> Entries taken from a collection
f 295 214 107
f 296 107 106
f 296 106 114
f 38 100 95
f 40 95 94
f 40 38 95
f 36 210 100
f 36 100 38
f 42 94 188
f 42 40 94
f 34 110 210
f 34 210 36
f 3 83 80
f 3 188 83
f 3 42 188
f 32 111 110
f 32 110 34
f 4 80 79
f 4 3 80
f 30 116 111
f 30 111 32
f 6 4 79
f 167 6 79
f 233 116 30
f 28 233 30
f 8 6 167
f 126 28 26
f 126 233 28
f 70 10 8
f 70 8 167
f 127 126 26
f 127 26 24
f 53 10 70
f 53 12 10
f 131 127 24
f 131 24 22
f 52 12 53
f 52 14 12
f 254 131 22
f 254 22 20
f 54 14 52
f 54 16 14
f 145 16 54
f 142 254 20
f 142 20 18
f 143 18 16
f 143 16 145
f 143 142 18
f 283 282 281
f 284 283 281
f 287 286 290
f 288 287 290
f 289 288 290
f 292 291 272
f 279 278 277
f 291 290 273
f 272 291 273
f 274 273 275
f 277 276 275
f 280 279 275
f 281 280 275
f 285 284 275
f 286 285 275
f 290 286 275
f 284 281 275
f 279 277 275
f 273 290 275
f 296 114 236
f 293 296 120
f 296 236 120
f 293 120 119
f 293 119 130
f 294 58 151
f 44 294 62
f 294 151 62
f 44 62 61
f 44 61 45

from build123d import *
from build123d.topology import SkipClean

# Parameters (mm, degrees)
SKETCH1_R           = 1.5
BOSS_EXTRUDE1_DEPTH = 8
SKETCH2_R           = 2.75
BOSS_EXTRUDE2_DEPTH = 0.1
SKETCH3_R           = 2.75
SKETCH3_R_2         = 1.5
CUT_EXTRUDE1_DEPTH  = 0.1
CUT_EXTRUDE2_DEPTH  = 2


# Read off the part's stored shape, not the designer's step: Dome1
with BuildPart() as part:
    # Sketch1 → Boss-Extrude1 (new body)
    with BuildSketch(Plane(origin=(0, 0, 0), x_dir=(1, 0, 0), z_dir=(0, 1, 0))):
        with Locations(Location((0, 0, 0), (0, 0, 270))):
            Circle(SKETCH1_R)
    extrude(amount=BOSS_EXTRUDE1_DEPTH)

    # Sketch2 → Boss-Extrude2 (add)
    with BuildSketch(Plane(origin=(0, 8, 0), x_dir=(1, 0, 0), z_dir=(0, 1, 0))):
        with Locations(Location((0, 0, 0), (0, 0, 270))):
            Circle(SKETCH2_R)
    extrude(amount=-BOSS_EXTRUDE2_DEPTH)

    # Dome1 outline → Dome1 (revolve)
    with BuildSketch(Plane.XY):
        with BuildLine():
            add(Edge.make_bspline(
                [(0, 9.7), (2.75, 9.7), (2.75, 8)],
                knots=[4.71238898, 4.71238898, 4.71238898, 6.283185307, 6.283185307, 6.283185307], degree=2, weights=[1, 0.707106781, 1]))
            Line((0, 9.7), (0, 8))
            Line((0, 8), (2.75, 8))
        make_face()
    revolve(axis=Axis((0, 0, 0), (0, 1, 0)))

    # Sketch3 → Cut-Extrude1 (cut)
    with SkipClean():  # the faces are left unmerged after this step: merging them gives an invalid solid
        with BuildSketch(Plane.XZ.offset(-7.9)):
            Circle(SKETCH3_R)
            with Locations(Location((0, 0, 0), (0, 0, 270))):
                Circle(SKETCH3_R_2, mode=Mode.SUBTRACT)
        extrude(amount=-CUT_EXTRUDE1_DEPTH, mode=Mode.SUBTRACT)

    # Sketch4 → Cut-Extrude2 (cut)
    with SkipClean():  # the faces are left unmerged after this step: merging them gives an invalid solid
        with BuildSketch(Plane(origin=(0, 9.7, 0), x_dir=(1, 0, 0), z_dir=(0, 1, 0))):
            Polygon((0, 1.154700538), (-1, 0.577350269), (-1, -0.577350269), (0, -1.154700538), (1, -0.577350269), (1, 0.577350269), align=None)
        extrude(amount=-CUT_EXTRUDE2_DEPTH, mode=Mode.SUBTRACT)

* * *

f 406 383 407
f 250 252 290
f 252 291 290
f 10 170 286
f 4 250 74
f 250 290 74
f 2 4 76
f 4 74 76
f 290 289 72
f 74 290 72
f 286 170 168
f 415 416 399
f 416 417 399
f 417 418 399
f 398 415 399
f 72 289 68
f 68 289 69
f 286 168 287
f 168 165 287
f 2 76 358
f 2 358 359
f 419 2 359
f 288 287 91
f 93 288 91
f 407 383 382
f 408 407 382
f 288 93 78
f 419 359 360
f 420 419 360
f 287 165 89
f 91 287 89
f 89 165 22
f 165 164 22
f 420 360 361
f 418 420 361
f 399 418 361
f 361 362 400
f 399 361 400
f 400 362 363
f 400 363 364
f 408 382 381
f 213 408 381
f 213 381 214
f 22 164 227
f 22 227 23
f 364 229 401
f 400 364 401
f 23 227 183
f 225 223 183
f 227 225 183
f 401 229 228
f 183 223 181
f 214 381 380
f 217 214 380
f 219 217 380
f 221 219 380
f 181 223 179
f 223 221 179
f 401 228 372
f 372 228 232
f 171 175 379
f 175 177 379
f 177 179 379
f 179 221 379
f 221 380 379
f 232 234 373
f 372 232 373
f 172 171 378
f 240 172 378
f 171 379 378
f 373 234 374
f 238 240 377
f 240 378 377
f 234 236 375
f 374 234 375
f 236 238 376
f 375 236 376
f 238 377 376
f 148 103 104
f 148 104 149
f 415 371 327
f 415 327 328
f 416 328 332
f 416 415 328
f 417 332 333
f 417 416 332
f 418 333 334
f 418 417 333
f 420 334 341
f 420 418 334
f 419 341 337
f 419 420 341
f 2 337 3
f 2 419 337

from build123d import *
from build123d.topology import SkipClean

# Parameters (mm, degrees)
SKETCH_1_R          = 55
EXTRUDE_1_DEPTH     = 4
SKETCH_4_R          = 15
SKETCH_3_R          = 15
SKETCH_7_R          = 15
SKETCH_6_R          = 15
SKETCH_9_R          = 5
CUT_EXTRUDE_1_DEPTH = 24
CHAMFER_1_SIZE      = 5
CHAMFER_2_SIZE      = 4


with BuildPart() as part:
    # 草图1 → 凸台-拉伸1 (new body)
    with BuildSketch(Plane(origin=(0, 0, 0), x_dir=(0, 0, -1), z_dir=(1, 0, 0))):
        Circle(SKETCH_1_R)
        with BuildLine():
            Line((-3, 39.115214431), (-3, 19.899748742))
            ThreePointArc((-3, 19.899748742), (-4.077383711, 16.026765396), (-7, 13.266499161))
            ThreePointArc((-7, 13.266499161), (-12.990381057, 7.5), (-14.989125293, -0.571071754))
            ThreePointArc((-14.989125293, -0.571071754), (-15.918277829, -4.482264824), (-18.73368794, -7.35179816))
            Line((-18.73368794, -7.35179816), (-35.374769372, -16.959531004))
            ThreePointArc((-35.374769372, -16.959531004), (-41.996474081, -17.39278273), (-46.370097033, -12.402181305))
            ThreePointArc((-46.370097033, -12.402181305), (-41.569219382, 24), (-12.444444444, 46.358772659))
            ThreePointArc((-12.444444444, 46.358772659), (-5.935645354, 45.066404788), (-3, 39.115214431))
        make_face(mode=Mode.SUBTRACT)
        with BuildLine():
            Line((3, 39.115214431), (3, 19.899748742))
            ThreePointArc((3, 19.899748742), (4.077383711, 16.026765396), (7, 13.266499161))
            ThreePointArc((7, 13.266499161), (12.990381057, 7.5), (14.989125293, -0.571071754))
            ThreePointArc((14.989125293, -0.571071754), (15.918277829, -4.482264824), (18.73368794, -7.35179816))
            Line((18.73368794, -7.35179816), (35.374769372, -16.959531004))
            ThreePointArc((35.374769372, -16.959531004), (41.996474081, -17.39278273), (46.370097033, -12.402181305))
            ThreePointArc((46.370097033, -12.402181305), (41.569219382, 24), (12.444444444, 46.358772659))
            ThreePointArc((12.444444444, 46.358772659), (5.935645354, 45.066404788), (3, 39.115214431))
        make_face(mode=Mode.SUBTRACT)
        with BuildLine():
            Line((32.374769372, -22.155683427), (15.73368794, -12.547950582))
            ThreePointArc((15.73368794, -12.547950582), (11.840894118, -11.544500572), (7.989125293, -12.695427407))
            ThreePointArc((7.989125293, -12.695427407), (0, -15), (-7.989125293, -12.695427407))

==

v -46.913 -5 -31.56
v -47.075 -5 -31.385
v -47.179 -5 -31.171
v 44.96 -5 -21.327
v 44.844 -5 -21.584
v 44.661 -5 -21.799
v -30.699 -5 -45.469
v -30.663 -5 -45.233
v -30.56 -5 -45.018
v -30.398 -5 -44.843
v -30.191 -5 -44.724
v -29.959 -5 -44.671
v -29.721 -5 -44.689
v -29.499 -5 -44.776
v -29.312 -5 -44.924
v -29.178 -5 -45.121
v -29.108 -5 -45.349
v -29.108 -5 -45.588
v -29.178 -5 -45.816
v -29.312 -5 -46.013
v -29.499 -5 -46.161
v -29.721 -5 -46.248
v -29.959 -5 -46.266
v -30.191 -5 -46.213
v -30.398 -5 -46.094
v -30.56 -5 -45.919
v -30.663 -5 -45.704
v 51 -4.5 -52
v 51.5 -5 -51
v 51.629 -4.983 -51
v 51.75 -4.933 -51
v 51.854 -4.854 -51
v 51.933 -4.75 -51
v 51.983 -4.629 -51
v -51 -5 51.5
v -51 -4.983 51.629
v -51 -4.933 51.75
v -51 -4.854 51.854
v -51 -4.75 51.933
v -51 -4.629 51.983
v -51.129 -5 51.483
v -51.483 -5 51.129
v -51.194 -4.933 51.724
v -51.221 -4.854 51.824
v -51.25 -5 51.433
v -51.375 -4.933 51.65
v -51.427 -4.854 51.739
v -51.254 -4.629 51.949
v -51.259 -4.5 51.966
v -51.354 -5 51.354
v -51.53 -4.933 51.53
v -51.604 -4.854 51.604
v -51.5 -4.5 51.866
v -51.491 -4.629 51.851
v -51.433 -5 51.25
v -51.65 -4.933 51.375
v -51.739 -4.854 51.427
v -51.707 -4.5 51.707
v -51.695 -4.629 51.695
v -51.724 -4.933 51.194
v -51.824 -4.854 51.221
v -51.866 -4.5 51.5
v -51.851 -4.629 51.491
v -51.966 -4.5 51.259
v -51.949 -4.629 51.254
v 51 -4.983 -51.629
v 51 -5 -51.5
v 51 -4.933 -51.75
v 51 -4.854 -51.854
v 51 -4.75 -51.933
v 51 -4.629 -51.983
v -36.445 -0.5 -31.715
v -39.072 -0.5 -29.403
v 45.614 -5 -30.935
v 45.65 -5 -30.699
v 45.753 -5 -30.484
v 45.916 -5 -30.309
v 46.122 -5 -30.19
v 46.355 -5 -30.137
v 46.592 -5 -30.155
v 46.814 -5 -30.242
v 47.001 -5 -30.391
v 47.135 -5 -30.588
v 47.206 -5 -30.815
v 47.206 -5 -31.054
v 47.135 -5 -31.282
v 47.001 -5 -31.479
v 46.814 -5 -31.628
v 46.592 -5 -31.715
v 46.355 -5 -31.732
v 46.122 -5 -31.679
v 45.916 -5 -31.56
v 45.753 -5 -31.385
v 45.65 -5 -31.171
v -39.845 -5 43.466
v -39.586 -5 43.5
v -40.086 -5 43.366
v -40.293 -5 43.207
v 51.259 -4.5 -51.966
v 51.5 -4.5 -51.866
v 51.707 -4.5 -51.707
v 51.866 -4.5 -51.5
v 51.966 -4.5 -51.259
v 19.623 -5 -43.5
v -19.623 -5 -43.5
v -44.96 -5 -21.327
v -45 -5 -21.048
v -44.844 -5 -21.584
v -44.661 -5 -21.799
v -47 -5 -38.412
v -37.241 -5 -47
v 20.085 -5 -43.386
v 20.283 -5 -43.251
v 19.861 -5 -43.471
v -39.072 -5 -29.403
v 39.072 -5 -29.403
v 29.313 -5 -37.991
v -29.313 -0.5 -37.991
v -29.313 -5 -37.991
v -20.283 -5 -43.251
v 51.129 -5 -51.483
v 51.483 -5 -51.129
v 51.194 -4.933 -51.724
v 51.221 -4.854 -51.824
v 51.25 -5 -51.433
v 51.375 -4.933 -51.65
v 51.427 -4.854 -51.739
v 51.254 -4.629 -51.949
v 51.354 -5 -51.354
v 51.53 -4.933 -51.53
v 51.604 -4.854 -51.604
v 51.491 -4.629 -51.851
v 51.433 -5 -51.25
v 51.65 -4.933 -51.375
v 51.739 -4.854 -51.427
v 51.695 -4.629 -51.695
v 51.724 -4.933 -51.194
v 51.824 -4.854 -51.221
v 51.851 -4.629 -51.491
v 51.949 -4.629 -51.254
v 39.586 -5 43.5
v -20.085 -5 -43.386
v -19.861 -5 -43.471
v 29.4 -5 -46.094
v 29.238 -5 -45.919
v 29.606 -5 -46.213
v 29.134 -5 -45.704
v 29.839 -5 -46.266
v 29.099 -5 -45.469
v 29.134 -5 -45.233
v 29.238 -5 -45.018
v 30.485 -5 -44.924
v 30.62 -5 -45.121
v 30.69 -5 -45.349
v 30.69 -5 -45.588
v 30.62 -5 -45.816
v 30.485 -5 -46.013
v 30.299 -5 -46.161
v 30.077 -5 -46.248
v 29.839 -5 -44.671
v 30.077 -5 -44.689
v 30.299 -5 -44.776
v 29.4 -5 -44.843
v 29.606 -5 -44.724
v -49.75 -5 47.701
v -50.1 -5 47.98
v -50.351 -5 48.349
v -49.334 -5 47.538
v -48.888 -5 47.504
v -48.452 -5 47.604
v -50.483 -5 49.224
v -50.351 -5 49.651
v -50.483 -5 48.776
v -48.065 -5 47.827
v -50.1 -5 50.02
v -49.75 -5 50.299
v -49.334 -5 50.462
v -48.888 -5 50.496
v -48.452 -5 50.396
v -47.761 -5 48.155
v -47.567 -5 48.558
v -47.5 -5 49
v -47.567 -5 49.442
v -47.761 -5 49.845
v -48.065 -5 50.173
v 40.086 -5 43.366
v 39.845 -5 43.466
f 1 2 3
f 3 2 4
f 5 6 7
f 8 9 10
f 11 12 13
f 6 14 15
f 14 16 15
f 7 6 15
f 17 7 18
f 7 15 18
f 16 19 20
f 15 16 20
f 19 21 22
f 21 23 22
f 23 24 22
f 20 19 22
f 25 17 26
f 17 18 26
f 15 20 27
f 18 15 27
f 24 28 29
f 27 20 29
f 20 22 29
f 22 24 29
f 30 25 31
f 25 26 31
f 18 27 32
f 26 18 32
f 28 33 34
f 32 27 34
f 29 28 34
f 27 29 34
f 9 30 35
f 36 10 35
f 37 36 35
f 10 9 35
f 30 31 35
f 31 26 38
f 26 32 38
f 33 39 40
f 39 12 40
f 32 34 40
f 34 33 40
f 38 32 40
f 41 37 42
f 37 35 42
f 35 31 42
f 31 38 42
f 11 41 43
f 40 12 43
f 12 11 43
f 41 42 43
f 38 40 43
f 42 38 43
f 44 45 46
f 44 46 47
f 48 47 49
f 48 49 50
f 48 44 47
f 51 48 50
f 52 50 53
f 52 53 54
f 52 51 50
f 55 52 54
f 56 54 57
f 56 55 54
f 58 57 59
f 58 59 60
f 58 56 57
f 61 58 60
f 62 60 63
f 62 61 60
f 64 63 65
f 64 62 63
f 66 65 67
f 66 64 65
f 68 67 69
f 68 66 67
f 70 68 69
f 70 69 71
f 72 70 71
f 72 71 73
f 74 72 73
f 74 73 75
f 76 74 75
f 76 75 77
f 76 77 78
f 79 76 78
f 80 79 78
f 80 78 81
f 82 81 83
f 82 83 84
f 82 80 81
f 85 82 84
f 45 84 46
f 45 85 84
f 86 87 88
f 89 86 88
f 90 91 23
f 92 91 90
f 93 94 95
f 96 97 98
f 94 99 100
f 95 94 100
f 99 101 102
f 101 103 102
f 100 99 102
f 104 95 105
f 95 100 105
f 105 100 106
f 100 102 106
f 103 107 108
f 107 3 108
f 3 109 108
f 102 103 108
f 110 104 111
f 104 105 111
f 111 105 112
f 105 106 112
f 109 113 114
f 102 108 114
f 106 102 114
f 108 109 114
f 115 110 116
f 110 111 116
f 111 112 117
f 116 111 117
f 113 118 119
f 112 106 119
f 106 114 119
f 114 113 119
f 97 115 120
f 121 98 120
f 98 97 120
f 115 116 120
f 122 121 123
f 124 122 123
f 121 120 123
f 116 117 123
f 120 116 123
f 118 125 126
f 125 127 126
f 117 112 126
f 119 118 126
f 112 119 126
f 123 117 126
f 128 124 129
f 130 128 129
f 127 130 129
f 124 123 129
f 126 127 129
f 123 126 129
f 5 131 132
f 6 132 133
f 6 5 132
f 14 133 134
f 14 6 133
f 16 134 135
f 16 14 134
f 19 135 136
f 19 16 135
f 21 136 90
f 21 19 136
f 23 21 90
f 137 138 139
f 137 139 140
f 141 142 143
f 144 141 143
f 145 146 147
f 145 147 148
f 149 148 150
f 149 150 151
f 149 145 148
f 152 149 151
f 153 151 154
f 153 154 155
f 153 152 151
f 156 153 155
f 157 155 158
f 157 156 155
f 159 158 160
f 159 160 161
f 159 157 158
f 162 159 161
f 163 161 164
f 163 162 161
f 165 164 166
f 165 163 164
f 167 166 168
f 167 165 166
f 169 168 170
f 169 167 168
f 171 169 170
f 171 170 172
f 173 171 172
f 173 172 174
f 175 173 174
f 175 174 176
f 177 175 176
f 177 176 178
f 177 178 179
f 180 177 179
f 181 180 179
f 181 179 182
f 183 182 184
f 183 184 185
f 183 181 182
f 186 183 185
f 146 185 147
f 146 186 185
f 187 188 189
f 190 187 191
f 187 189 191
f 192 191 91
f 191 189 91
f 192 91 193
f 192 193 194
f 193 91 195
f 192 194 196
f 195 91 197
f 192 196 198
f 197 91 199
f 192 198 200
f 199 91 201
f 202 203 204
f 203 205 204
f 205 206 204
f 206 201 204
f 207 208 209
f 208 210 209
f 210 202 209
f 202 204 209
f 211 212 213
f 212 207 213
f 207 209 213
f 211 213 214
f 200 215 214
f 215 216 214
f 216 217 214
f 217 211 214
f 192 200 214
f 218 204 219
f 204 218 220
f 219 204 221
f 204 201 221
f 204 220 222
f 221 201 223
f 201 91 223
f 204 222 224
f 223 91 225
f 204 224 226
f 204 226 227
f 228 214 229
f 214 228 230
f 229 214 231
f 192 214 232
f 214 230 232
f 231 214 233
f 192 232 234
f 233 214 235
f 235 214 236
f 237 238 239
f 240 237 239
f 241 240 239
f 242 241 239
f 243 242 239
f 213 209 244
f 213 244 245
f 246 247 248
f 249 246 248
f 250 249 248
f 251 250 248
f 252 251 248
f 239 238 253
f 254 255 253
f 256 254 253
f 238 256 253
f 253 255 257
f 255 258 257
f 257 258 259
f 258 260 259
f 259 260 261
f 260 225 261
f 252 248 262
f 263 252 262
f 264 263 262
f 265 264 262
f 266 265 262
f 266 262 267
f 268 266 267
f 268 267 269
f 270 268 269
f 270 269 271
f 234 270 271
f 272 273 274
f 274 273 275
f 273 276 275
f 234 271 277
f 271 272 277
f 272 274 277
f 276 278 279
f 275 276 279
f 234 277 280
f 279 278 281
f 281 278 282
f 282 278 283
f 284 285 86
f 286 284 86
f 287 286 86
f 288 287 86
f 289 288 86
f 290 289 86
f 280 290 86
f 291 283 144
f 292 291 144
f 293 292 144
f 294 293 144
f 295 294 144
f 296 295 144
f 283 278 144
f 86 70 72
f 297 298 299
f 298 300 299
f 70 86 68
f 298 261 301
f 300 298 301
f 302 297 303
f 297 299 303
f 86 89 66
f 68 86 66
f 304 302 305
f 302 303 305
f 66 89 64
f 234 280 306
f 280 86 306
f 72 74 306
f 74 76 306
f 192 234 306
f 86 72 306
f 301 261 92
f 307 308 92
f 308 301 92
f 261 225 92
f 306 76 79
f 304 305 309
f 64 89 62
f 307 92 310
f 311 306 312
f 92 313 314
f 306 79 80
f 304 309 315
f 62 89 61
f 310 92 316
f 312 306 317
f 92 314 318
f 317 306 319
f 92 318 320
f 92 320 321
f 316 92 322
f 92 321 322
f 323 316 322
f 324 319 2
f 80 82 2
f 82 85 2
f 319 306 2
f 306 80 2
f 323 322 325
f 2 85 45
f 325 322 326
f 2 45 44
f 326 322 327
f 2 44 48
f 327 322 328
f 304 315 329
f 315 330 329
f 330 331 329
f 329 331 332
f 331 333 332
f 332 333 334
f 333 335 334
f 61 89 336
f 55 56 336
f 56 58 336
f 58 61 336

> TASK BRIEF
If a line in the entries above contains "amount", report it.

> ANSWER BOX
    extrude(amount=BOSS_EXTRUDE1_DEPTH)
    extrude(amount=-BOSS_EXTRUDE2_DEPTH)
        extrude(amount=-CUT_EXTRUDE1_DEPTH, mode=Mode.SUBTRACT)
        extrude(amount=-CUT_EXTRUDE2_DEPTH, mode=Mode.SUBTRACT)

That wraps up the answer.